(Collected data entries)
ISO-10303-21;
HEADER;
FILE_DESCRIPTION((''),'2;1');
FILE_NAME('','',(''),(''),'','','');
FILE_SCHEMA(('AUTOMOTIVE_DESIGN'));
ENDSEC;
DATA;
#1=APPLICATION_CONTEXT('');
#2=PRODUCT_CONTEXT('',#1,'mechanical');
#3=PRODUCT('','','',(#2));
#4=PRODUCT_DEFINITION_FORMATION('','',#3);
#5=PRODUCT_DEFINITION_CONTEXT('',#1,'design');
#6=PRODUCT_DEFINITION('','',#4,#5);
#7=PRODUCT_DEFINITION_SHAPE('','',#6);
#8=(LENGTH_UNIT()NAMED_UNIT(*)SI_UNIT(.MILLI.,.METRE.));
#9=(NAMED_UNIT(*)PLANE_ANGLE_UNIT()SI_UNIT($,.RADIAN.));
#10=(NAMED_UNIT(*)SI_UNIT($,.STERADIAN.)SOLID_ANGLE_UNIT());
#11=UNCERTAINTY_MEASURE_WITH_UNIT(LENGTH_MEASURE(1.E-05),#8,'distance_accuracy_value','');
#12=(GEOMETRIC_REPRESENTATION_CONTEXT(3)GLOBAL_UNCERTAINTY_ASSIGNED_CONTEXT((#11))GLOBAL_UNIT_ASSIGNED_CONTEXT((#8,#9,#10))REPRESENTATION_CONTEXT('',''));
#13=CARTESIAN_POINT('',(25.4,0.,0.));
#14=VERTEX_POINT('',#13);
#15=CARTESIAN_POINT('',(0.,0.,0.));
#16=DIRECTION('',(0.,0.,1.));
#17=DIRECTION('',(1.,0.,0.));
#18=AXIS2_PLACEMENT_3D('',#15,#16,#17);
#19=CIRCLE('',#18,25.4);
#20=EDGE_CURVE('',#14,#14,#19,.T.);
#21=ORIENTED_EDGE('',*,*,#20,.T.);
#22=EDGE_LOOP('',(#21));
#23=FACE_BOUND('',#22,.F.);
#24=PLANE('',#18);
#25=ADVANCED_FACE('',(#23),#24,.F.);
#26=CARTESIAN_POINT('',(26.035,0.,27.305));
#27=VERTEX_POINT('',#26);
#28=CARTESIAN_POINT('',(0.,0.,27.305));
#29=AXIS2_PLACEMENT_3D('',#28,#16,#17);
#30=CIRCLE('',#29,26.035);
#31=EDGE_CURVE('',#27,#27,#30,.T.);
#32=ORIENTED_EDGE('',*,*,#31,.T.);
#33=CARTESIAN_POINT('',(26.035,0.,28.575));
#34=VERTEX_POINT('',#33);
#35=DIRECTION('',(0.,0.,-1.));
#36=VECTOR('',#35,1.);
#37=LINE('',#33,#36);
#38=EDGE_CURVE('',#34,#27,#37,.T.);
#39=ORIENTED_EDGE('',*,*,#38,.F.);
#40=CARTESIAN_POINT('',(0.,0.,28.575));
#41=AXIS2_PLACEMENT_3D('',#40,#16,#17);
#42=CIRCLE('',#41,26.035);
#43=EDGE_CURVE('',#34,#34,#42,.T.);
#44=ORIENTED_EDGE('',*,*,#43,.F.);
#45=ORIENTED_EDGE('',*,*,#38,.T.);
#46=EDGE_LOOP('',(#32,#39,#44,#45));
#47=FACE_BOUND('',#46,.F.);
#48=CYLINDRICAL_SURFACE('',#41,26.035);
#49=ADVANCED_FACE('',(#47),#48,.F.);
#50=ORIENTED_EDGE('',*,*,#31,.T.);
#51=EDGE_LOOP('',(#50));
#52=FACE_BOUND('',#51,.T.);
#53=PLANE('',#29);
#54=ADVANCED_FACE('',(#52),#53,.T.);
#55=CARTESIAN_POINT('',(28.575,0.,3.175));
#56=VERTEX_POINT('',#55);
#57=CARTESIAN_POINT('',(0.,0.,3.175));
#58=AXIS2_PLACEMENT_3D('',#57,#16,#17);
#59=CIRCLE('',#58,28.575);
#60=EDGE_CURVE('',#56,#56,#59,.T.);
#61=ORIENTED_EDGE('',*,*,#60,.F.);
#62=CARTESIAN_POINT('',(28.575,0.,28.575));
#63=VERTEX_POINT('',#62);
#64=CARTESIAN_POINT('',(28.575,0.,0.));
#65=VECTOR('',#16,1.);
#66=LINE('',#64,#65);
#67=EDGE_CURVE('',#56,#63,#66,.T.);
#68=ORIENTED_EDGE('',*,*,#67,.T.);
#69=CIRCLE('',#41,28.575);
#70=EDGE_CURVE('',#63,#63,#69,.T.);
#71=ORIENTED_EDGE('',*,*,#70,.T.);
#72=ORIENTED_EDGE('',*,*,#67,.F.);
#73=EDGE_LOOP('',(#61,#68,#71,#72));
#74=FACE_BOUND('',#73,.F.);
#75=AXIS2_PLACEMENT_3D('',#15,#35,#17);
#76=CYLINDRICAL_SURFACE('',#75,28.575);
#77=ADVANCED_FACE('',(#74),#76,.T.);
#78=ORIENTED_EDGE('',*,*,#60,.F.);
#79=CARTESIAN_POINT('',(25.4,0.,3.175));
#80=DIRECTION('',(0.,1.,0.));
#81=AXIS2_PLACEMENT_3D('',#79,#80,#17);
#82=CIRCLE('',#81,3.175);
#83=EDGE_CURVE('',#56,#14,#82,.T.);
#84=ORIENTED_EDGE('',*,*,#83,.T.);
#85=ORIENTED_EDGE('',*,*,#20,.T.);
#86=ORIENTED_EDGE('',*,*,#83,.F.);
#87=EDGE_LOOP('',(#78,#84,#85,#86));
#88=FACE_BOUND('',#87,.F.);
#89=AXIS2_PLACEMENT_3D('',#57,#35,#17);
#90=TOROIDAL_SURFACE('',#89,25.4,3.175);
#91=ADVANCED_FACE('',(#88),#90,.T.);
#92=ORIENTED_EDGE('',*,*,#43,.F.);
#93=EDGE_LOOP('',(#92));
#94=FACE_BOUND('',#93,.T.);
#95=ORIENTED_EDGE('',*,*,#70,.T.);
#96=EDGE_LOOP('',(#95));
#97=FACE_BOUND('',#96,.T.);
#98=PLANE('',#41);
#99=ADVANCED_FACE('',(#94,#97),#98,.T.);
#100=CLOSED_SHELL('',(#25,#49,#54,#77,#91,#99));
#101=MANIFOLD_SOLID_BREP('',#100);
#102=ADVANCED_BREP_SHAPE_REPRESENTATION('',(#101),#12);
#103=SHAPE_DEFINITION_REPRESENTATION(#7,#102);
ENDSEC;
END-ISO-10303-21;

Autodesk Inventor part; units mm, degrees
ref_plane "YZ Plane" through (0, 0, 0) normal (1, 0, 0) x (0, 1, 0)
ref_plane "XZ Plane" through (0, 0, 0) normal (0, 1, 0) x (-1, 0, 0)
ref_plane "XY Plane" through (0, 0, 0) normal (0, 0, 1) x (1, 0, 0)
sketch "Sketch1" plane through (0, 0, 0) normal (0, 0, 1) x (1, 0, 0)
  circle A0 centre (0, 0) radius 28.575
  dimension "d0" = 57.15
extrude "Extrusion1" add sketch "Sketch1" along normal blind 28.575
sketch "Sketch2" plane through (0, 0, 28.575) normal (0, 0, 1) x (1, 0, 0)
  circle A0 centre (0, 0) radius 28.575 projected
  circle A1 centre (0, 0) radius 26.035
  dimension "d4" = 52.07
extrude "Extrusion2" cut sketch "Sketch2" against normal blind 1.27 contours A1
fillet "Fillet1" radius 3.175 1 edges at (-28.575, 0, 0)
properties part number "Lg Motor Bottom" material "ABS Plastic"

...

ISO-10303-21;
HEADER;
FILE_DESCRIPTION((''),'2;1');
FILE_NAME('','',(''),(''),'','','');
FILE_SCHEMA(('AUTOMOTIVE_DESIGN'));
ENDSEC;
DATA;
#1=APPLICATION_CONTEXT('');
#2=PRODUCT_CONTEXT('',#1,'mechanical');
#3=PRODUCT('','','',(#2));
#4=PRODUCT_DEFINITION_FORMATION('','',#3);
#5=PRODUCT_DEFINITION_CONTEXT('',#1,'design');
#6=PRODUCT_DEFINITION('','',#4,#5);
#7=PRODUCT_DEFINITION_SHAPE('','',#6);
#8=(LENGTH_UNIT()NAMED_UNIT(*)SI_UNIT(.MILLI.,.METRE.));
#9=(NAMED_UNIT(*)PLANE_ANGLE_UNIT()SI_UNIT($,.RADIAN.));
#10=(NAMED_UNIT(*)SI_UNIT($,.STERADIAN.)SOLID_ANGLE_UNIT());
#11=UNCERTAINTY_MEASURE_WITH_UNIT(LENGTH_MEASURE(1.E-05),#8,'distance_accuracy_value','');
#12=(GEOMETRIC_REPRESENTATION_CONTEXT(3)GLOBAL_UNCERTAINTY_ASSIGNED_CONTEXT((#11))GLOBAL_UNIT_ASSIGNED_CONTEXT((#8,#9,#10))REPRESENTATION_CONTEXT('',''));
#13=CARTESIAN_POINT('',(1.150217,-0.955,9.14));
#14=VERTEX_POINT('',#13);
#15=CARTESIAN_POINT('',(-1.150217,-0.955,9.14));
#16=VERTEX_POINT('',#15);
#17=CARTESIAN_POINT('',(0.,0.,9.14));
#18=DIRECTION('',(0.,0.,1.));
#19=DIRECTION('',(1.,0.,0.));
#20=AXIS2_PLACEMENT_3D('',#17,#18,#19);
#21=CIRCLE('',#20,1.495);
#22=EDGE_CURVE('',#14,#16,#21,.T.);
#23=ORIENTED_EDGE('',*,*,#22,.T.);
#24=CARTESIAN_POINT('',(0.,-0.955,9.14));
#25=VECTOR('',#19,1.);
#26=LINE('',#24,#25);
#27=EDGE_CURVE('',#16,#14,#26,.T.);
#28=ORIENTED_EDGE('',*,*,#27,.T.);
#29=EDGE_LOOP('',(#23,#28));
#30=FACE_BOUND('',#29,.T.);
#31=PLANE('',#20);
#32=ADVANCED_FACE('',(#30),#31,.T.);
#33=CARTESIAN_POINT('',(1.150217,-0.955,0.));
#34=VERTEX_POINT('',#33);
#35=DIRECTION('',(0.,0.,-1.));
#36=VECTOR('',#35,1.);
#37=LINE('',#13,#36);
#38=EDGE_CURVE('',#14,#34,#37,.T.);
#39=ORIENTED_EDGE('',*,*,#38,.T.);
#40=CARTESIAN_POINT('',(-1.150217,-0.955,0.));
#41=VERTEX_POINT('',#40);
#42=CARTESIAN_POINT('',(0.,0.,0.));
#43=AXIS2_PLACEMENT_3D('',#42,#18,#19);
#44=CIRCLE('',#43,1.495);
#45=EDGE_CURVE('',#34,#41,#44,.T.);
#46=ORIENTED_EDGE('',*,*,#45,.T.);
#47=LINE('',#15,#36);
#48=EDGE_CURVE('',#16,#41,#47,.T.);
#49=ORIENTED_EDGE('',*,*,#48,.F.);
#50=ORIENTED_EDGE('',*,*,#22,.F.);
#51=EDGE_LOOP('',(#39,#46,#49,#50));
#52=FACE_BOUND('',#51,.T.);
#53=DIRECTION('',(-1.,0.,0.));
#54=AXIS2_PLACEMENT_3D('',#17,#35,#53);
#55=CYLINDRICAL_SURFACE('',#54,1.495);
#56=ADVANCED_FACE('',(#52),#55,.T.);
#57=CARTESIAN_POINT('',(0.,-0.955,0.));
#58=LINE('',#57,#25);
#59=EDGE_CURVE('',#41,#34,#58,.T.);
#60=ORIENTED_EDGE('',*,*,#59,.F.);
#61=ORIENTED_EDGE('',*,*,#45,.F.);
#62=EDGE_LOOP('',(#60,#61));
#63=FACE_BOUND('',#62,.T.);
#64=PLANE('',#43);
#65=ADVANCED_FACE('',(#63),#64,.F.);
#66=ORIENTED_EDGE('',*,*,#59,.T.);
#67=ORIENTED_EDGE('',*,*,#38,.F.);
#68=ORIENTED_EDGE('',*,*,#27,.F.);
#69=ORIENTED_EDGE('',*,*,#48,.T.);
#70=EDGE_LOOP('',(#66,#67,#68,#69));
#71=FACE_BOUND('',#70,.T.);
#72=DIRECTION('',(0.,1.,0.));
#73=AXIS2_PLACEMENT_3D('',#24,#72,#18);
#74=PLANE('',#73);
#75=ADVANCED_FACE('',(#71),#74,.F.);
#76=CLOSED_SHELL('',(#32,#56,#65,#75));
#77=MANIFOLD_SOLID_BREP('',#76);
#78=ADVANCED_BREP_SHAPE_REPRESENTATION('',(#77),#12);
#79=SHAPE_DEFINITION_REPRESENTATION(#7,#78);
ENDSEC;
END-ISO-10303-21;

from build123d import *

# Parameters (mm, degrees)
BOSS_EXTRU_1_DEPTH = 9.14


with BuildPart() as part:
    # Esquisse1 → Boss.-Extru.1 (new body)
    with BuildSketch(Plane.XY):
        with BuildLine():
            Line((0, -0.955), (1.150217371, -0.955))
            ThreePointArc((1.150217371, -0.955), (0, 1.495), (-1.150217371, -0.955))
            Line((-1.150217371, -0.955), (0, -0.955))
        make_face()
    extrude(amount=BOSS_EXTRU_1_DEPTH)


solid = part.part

...

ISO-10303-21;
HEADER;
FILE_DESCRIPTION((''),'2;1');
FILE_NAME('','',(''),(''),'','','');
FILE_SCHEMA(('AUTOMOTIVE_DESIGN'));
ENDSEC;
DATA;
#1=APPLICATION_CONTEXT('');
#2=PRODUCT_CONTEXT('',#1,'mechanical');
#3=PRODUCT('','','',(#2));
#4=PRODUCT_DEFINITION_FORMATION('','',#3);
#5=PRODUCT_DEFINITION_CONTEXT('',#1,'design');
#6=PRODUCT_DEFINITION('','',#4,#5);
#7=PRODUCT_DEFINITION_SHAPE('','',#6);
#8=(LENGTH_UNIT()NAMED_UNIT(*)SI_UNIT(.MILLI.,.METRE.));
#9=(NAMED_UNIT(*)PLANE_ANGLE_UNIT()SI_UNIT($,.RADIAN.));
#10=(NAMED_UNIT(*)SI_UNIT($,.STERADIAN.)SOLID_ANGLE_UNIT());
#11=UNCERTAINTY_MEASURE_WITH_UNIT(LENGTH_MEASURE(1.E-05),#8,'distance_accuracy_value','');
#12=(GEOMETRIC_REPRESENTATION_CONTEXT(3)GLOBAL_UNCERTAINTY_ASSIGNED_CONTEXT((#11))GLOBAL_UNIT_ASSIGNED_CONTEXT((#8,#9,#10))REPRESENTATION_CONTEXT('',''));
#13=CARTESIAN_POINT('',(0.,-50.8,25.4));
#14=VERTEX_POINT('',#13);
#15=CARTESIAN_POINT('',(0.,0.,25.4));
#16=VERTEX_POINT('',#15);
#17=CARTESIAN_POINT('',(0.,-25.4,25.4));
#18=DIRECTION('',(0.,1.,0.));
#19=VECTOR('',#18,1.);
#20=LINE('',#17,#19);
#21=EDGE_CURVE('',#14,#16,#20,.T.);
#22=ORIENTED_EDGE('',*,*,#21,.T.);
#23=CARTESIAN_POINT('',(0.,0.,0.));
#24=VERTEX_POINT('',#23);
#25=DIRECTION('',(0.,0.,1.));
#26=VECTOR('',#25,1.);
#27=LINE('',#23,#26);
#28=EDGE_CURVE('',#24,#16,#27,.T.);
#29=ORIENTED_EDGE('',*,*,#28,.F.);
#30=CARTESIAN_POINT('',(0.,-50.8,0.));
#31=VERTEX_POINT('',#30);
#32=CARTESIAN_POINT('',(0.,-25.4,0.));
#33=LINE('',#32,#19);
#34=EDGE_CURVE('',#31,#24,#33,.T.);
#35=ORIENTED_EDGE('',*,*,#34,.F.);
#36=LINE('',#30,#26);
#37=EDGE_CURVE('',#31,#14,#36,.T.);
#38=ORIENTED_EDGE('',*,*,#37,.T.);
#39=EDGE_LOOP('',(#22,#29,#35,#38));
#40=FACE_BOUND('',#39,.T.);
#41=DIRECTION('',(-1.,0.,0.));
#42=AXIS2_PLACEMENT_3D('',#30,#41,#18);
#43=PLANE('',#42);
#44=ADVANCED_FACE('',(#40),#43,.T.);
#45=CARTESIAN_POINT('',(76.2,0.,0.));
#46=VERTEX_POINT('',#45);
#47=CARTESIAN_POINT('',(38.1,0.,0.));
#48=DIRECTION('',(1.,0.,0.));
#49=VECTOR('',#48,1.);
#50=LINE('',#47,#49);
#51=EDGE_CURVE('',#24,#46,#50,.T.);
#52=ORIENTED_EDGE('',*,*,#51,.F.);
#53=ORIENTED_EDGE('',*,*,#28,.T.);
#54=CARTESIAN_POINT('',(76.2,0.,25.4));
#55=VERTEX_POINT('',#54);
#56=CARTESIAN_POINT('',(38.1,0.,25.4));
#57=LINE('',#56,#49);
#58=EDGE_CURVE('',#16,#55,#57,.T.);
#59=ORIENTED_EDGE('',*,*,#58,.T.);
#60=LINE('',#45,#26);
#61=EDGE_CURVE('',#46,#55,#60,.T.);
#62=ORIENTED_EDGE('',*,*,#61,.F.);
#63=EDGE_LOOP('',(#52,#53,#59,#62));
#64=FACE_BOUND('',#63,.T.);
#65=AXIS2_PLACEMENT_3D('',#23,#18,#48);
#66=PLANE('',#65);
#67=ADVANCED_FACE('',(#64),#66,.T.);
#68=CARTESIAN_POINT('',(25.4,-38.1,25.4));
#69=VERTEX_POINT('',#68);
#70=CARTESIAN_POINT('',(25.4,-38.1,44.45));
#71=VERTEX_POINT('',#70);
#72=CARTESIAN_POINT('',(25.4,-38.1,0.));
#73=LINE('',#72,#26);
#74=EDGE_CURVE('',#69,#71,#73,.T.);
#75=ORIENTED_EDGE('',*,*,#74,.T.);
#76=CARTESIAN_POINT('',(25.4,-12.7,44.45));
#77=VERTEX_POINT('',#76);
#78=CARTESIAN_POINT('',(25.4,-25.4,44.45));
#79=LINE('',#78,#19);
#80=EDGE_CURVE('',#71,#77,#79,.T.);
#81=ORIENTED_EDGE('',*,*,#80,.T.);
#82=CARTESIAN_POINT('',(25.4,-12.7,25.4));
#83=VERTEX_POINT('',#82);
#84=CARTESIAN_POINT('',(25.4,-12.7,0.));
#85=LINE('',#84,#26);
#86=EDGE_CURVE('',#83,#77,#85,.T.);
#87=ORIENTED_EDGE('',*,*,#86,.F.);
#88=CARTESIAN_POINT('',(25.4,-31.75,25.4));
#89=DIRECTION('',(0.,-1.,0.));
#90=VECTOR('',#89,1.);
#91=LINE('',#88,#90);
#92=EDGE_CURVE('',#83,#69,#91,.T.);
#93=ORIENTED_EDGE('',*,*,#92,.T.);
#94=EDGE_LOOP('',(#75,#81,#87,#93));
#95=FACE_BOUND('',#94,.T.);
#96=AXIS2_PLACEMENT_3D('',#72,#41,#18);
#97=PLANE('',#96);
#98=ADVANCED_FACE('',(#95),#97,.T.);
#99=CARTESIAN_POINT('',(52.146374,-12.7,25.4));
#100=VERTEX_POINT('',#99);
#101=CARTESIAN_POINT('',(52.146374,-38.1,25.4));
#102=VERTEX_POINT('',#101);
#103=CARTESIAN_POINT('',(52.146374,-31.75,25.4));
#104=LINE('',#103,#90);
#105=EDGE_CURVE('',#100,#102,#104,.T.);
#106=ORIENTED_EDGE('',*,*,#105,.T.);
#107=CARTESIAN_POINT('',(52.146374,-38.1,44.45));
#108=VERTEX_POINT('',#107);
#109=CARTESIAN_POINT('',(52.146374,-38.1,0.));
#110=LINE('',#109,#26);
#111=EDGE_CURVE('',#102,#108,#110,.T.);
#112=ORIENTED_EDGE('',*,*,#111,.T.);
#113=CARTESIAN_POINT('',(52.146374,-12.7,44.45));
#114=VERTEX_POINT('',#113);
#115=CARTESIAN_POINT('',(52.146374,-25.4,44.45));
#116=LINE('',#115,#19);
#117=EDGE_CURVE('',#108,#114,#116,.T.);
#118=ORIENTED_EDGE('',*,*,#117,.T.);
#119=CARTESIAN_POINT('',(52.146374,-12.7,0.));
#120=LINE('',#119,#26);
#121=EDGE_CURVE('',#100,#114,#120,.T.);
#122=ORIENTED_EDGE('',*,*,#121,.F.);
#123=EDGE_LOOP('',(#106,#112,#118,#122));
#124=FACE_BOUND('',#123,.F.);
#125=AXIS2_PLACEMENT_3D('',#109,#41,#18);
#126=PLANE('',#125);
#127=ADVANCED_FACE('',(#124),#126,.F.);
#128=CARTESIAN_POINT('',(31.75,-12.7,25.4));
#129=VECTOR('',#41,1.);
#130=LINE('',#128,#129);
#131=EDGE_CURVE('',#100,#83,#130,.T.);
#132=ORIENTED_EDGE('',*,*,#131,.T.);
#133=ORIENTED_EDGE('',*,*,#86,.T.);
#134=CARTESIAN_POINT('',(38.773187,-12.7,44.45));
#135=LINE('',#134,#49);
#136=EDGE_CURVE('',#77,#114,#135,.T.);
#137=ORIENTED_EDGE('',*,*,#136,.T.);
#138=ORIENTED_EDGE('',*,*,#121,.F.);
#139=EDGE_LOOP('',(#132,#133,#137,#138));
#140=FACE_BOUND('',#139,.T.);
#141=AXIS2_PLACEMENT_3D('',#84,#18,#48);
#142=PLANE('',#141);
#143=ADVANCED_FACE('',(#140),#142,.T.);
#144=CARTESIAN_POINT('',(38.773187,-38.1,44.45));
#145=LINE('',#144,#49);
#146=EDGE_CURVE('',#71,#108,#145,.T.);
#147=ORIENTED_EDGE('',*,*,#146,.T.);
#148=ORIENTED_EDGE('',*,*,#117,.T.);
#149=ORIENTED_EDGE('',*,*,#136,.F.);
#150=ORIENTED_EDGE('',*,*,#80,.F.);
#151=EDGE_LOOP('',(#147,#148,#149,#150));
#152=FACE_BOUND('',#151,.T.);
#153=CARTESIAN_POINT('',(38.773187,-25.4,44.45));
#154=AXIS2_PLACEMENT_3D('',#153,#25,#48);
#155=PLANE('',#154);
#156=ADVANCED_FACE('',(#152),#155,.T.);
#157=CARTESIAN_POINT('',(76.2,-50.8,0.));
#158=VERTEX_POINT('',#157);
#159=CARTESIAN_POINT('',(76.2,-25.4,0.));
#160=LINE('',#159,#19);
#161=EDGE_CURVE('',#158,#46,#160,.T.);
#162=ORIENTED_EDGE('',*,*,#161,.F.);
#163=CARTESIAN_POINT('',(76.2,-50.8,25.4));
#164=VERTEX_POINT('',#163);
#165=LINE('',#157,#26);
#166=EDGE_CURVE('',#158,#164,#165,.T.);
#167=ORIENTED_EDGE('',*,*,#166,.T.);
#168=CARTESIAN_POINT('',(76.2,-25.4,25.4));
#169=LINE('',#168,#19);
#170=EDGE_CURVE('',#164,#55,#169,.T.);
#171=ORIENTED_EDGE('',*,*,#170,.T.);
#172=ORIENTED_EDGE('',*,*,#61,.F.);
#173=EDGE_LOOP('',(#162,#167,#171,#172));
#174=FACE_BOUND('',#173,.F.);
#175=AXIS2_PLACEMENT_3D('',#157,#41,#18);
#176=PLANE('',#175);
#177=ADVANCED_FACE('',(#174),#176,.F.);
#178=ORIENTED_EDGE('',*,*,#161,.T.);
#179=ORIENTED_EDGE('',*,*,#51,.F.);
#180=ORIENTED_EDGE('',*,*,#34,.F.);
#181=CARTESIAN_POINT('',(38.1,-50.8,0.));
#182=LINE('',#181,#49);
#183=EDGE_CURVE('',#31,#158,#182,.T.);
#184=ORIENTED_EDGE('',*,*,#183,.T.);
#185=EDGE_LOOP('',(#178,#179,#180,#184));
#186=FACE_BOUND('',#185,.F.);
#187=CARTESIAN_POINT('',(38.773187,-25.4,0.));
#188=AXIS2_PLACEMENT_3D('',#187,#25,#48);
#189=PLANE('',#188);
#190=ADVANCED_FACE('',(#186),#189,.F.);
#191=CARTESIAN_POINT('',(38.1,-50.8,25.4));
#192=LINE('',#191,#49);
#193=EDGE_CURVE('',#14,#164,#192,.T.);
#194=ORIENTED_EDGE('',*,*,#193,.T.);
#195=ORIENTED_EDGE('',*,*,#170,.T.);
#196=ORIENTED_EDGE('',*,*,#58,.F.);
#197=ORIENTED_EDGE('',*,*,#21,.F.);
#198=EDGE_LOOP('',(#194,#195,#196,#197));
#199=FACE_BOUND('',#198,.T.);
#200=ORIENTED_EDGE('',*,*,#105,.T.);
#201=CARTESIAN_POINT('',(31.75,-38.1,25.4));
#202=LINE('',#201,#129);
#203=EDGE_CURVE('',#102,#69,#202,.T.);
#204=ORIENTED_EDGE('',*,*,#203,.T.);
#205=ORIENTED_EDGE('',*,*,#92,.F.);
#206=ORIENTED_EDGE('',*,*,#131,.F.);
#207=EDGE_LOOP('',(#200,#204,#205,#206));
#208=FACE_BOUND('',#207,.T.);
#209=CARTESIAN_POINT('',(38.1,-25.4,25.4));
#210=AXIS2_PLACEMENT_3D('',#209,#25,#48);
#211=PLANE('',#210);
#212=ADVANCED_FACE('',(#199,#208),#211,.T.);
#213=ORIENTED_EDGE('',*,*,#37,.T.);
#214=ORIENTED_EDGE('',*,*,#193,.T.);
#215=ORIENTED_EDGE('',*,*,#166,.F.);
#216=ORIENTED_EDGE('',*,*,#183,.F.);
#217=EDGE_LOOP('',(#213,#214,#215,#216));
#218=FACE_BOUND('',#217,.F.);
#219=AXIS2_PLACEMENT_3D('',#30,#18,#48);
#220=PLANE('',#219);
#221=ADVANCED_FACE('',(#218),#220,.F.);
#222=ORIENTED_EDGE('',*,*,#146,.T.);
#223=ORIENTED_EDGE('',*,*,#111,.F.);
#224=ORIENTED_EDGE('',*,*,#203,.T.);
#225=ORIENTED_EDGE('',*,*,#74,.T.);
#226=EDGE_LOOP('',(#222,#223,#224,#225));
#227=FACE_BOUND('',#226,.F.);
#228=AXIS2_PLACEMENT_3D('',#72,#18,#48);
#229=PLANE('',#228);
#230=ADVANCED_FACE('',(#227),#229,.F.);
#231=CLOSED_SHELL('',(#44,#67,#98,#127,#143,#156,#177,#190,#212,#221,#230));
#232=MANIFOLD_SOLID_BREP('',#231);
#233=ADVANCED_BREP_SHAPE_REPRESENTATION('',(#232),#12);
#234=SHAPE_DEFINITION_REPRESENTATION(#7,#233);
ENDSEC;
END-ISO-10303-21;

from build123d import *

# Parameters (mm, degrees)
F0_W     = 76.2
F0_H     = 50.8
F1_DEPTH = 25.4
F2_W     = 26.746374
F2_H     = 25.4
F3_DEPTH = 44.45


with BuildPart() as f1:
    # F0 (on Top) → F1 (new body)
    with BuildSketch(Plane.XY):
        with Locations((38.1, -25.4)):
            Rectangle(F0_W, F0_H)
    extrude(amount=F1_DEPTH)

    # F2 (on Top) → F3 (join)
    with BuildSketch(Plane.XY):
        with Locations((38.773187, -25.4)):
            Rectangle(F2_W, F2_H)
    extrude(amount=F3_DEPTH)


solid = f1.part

- _Assigned task_
Filter the records above for the string "VECTOR" and copy each matching line.

- _Response for this exercise_
#36=VECTOR('',#35,1.);
#65=VECTOR('',#16,1.);
#25=VECTOR('',#19,1.);
#36=VECTOR('',#35,1.);
#19=VECTOR('',#18,1.);
#26=VECTOR('',#25,1.);
#49=VECTOR('',#48,1.);
#90=VECTOR('',#89,1.);
#129=VECTOR('',#41,1.);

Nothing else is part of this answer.